思路：求一个几何图形的最小外接几何，就是求凸包，距离为L相当于再多增加上一个圆的周长（因为只有四个角）。看了黑书使用graham算法极角序求凸包会有点小问题，最好用水平序比较好。或者用Melkman算法

/** @Date    : 2017-07-13 14:17:05

  * @FileName: POJ 1113 极角序求凸包 基础凸包.cpp

  * @Platform: Windows

  * @Author  : Lweleth (SoungEarlf@gmail.com)

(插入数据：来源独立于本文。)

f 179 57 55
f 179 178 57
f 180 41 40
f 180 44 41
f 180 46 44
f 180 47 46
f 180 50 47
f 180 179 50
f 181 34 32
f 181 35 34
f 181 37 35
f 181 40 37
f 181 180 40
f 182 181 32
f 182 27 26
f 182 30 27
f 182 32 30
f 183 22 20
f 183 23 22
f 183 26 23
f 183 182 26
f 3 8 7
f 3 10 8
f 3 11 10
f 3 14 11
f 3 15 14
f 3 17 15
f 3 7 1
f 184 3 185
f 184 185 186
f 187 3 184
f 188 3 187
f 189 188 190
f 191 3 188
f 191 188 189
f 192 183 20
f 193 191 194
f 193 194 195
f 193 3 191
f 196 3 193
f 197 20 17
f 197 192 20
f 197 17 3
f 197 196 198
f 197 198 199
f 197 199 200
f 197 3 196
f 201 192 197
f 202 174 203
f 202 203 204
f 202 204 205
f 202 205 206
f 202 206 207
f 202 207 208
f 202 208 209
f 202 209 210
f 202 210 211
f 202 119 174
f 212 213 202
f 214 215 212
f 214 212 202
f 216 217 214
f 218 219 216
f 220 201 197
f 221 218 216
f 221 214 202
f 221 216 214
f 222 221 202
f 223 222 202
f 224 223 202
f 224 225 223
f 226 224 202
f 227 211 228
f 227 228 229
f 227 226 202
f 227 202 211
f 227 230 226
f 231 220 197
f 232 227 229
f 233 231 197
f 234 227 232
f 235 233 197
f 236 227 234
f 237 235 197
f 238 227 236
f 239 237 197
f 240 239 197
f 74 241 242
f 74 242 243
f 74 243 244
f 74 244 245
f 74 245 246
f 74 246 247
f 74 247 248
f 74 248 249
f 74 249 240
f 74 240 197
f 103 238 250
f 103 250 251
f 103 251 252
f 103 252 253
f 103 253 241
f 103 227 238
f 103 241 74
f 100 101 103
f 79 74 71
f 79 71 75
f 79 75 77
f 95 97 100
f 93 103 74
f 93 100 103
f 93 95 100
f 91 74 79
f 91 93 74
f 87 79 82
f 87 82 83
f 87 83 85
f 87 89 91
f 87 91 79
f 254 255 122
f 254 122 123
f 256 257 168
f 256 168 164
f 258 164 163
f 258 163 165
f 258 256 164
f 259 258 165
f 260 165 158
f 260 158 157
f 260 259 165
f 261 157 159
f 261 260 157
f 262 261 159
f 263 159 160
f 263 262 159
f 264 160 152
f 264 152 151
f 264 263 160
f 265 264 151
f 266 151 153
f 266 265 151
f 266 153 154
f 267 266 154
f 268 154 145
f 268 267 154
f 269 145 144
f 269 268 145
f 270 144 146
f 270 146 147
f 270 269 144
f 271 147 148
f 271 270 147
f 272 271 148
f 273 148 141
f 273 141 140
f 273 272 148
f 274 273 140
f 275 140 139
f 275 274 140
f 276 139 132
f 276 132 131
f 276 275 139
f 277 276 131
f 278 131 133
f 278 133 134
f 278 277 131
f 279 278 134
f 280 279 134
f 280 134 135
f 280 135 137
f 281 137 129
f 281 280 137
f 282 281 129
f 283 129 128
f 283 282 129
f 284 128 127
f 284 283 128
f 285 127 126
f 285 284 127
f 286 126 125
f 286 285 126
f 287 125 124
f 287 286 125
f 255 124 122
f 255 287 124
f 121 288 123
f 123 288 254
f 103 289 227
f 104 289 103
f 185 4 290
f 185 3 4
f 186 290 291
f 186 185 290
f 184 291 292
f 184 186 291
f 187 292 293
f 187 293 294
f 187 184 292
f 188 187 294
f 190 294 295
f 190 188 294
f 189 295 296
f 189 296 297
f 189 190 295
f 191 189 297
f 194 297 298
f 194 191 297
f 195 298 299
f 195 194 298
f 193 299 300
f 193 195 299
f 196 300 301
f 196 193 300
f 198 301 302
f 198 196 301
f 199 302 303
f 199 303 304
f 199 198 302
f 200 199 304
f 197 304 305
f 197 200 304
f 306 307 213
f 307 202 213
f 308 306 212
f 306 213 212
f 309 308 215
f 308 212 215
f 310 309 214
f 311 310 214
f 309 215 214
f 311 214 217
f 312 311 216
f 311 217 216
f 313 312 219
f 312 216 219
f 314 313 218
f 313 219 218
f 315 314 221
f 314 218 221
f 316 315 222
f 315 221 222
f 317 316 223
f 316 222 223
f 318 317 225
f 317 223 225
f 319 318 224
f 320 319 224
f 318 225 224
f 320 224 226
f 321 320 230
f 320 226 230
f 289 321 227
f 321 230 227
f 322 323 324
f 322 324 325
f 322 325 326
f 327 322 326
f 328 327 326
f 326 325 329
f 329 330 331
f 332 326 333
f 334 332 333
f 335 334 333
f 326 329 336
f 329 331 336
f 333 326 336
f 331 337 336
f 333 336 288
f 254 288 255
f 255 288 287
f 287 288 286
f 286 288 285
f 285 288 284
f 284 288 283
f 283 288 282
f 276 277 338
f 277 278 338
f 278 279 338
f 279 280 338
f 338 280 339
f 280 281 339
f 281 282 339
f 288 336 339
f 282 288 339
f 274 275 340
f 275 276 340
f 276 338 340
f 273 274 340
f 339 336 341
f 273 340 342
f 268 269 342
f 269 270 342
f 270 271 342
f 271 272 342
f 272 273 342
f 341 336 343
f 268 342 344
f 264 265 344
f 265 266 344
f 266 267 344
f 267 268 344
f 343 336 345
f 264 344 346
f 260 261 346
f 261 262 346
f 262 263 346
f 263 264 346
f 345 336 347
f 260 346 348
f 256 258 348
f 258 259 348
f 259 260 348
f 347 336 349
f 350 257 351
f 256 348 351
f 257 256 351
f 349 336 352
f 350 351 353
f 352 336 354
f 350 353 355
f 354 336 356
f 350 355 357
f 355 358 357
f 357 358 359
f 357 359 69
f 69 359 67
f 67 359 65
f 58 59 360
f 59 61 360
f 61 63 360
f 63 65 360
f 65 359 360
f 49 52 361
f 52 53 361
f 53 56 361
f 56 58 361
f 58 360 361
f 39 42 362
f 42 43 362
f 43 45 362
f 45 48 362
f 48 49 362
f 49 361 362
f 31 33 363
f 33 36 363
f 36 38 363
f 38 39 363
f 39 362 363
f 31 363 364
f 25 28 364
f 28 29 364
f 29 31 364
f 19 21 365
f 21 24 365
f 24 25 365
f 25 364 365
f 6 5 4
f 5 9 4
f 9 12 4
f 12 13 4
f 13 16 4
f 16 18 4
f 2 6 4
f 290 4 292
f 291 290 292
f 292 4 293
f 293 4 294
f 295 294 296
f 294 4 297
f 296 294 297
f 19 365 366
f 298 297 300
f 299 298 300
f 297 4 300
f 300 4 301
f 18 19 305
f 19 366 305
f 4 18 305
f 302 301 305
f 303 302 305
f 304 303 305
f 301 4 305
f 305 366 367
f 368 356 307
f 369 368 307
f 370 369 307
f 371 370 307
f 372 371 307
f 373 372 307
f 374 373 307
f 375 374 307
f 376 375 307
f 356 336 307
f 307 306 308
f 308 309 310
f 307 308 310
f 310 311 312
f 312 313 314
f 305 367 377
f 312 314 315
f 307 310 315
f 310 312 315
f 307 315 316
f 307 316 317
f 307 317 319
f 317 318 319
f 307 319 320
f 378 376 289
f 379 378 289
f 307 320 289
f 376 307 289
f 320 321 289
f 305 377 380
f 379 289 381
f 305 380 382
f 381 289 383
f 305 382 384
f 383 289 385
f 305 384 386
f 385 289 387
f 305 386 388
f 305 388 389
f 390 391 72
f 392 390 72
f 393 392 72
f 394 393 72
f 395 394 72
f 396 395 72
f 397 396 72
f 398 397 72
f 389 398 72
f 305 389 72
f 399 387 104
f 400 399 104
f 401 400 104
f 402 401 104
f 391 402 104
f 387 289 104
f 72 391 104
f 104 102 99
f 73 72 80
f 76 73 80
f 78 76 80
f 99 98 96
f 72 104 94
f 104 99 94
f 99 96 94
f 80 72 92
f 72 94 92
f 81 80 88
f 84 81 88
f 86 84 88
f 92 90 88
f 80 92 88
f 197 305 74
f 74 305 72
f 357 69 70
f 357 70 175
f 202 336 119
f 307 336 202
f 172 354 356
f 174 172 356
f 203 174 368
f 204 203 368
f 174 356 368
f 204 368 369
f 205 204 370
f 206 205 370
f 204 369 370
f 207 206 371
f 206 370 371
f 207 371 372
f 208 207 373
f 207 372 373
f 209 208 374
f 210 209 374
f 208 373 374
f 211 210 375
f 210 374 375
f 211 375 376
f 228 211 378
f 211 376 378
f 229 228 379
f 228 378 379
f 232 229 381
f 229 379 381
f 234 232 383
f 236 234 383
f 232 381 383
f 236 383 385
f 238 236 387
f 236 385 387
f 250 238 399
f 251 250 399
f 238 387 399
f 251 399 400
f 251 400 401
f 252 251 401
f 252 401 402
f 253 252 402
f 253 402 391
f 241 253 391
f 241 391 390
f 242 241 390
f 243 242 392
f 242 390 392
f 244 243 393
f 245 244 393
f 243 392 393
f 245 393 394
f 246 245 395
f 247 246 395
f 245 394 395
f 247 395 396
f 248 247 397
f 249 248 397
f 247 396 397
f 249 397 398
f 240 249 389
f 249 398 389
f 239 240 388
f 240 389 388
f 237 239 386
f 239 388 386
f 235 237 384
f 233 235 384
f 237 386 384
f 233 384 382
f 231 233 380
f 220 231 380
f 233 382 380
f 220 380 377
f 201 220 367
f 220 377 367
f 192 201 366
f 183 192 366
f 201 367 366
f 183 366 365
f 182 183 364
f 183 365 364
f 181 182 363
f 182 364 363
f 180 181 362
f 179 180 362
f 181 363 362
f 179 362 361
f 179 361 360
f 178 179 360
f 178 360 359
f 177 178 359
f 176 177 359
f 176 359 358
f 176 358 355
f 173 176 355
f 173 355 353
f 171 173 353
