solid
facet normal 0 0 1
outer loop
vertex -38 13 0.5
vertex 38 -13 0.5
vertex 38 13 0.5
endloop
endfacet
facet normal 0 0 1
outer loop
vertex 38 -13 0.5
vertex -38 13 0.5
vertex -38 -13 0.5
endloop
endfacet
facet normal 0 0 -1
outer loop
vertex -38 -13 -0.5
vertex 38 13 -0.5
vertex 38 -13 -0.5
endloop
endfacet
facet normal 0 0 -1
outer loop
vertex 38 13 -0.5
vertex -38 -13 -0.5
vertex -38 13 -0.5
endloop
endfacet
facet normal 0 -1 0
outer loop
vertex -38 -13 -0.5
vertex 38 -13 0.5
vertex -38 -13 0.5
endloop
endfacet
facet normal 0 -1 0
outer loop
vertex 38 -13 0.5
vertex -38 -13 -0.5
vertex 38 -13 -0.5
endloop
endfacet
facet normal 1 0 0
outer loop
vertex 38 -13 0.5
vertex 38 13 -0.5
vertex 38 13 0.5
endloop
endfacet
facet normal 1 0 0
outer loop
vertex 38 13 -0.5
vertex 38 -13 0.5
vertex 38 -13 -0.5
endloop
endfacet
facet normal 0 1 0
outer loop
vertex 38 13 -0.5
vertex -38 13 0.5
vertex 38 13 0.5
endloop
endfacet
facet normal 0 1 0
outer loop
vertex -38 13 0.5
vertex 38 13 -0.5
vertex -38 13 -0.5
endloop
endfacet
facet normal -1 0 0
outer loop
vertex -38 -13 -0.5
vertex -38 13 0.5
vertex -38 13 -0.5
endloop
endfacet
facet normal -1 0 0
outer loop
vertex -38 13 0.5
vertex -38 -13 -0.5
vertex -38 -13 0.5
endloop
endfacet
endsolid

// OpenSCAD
// ----------------------------------------------------
// Material Hyperobject Compensations
// (Passed dynamically by the Commons API)
// ----------------------------------------------------
mat_shrinkage_x = 1.0;
mat_shrinkage_y = 1.0;
mat_shrinkage_z = 1.0;

mat_clear_press = 0.0;
mat_clear_slide = 0.0;
mat_clear_loose = 0.0;

// Standard Microscope Slide Dimensions (ISO 8037)
function slide_slot_width(thickness, tolerance) = thickness + tolerance + mat_clear_slide + 0.1;
function slide_pitch(slot_w, rib_w) = slot_w + rib_w;

module slide_retention_rib(height, depth, root_w, tip_w, chamfer_h) {
  // ONE polyhedron, not a cube unioned with a chamfer cap.
  //
  // The rib used to be `cube([root_w, depth, height - chamfer_h])` unioned with
  // a polyhedron frustum that started at exactly z = height - chamfer_h. That
  // is a zero-overlap coincident-face union: the two solids share an exact
  // plane and touch on it rather than interpenetrating. CGAL resolves it, but
  // OpenSCAD's Manifold backend -- which is what the platform and
  // `y4d-spec check --render` both use -- snaps near-coincident vertices and
  // tears the pair apart at that plane. Three or more ribs in one array was
  // enough: a 4-rib array came out as 8 shells, not watertight, and a 20-slot
  // box_base as 119 bodies with 26 of them negative.
  //
  // Written as a single closed polyhedron there is no interface plane at all,
  // so there is nothing to tear. Faces are wound CLOCKWISE seen from outside,
  // which is what OpenSCAD wants (the opposite of a CadQuery Shell); wound the
  // other way it renders NoError but inside-out.
  //
  // Volume and extents are unchanged to 3 decimal places; only the redundant
  // interface faces go away (28 -> 20 facets per rib).
  _ch = min(chamfer_h, height);
  _bz = height - _ch;
  _lo = (root_w - tip_w) / 2;
  _hi = (root_w + tip_w) / 2;
  polyhedron(
    points=[
      // 0-3: base, z = 0
      [0, 0, 0], [root_w, 0, 0], [root_w, depth, 0], [0, depth, 0],
      // 4-7: chamfer start, z = height - chamfer_h
      [0, 0, _bz], [root_w, 0, _bz], [root_w, depth, _bz], [0, depth, _bz],
      // 8-11: tip, z = height
      [_lo, 0, height], [_hi, 0, height], [_hi, depth, height], [_lo, depth, height],
    ],
    faces=[
      [0, 1, 2, 3],                                        // base
      [11, 10, 9, 8],                                      // tip (opposite base winding)
      [0, 4, 5, 1], [1, 5, 6, 2], [2, 6, 7, 3], [3, 7, 4, 0],       // prism sides
      [4, 8, 9, 5], [5, 9, 10, 6], [6, 10, 11, 7], [7, 11, 8, 4],   // chamfer sides
    ]
  );
}

module slide_slot_array(count, pitch, height, depth, root_w, tip_w, chamfer_h, tapered) {
  for (i = [0:count]) {
    translate([i * pitch, 0, 0])
      slide_retention_rib(height, depth, root_w, tip_w, chamfer_h);
  }
}

// ----------------------------------------------------
// ISO 8037-1 Bounded 4D Geometry
// ----------------------------------------------------

module iso_8037_slide(length, width, thickness) {
  // A standard microscope slide volumetric cartridge.
  // Glass usually has polished or ground edges.
  cube([length, width, thickness], center=true);
}

// ----------------------------------------------------
// Cartridge Execution Logic (Triggered by Manifest)
// ----------------------------------------------------

slide_standard = 0; // [0:ISO 8037-1 Primary, 1:ISO 8037-1 Alternate, 2:ISO 8255 #1.5H Cover, 3:ISO 8255 #1 Cover, 4:Custom]
custom_slide_length = 76.0;
custom_slide_width = 26.0;
custom_slide_thickness = 1.0;

render_mode = 0; // [0:main]

if (render_mode == 0) {
  // Material simulation logic for transparency via OpenSCAD nightly alpha
  color([0.8, 0.9, 0.9, 0.4]) {
    // Apply Material Hyperobject Shrinkage Compensation
    scale([mat_shrinkage_x, mat_shrinkage_y, mat_shrinkage_z]) {
      if (slide_standard == 0) {
        // ISO 8037-1 Primary
        iso_8037_slide(76.0, 26.0, 1.0);
      } else if (slide_standard == 1) {
        // ISO 8037-1 Alternate
        iso_8037_slide(75.0, 25.0, 1.0);
      } else if (slide_standard == 2) {
        // ISO 8255 #1.5H Cover Glass
        iso_8037_slide(22.0, 22.0, 0.17);
      } else if (slide_standard == 3) {
        // ISO 8255 #1 Cover Glass
        iso_8037_slide(22.0, 22.0, 0.15);
      } else if (slide_standard == 4) {
        // Custom Geometry
        iso_8037_slide(custom_slide_length, custom_slide_width, custom_slide_thickness);
      }
    }
  }
}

  * @Link    : https://github.com/

  * @Version : $Id$

  */

#include <stdio.h>

#include <iostream>

#include <string.h>

#include <algorithm>

#include <utility>

#include <vector>

#include <map>

#include <set>

#include <string>

#include <stack>

#include <queue>

#include <math.h>

//#include <bits/stdc++.h>

#define LL long long

#define PII pair<int ,int>

#define MP(x, y) make_pair((x),(y))

#define fi first

#define se second

#define PB(x) push_back((x))

#define MMG(x) memset((x), -1,sizeof(x))

#define MMF(x) memset((x),0,sizeof(x))

#define MMI(x) memset((x), INF, sizeof(x))

using namespace std;

const int INF = 0x3f3f3f3f;

const int N = 1e5+20;

const double eps = 1e-8;

const double Pi = acos(-1.0);

struct point

{

	int x, y;

	point(){}

	point(int _x, int _y){x = _x, y = _y;}

	point operator -(const point &b) const

	{

		return point(x - b.x, y - b.y);

	}

	int operator *(const point &b) const

	{

		return x * b.x + y * b.y;

	}

	int operator ^(const point &b) const

	{

		return x * b.y - y * b.x;

	}

};

double xmult(point p1, point p2, point p0)

{

    return (p1 - p0) ^ (p2 - p0);

}  

double distc(point a, point b)

{

	return sqrt((double)((b - a) * (b - a)));

}

int n, l;

point p[N];

stack<int>s;

int cmp(point a, point b)//以p[0]基准 极角序排序

{

	int t = xmult(a, b, p[0]);

	if(t > 0)

		return 1;

	if(t == 0)

		return distc(a, p[0]) < distc(b, p[0]);

	if(t < 0)

		return 0;

}

void graham()

{

	while(!s.empty())

		s.pop();

	for(int i = 0; i < min(n, 2); i++)

		s.push(i);

	int t = 1;

	for(int i = 2; i < n; i++)

	{

		while(s.size() > 1)

		{

			int p2 = s.top();

			s.pop();

			int p1 = s.top();

			if(xmult(p[p1], p[p2], p[i]) > 0)

			{

				s.push(p2);

				break;

			}

		}

		s.push(i);

	}

}

int main()

{

	while(~scanf("%d%d", &n, &l))

	{

		int x, y;

		int mix, miy;

		mix = miy = INF;

		int pos = -1;

		for(int i = 0; i < n; i++)

		{

			scanf("%d%d", &x, &y);

			p[i] = point(x, y);

			if(miy > y || miy == y && mix > x)//注意选第一个点 是最左下方的

			{

				mix = x, miy = y;

				pos = i;

			}

		}

		swap(p[pos], p[0]);

		sort(p + 1, p + n, cmp);

		graham();

		double ans = l * Pi * 2.0000;

		int t = 0;

		while(!s.empty())

		{

			ans += distc(p[t], p[s.top()]);

			t = s.top();

			s.pop();

		}

		printf("%d\n", (int)(ans + 0.500000));

	}

    return 0;

}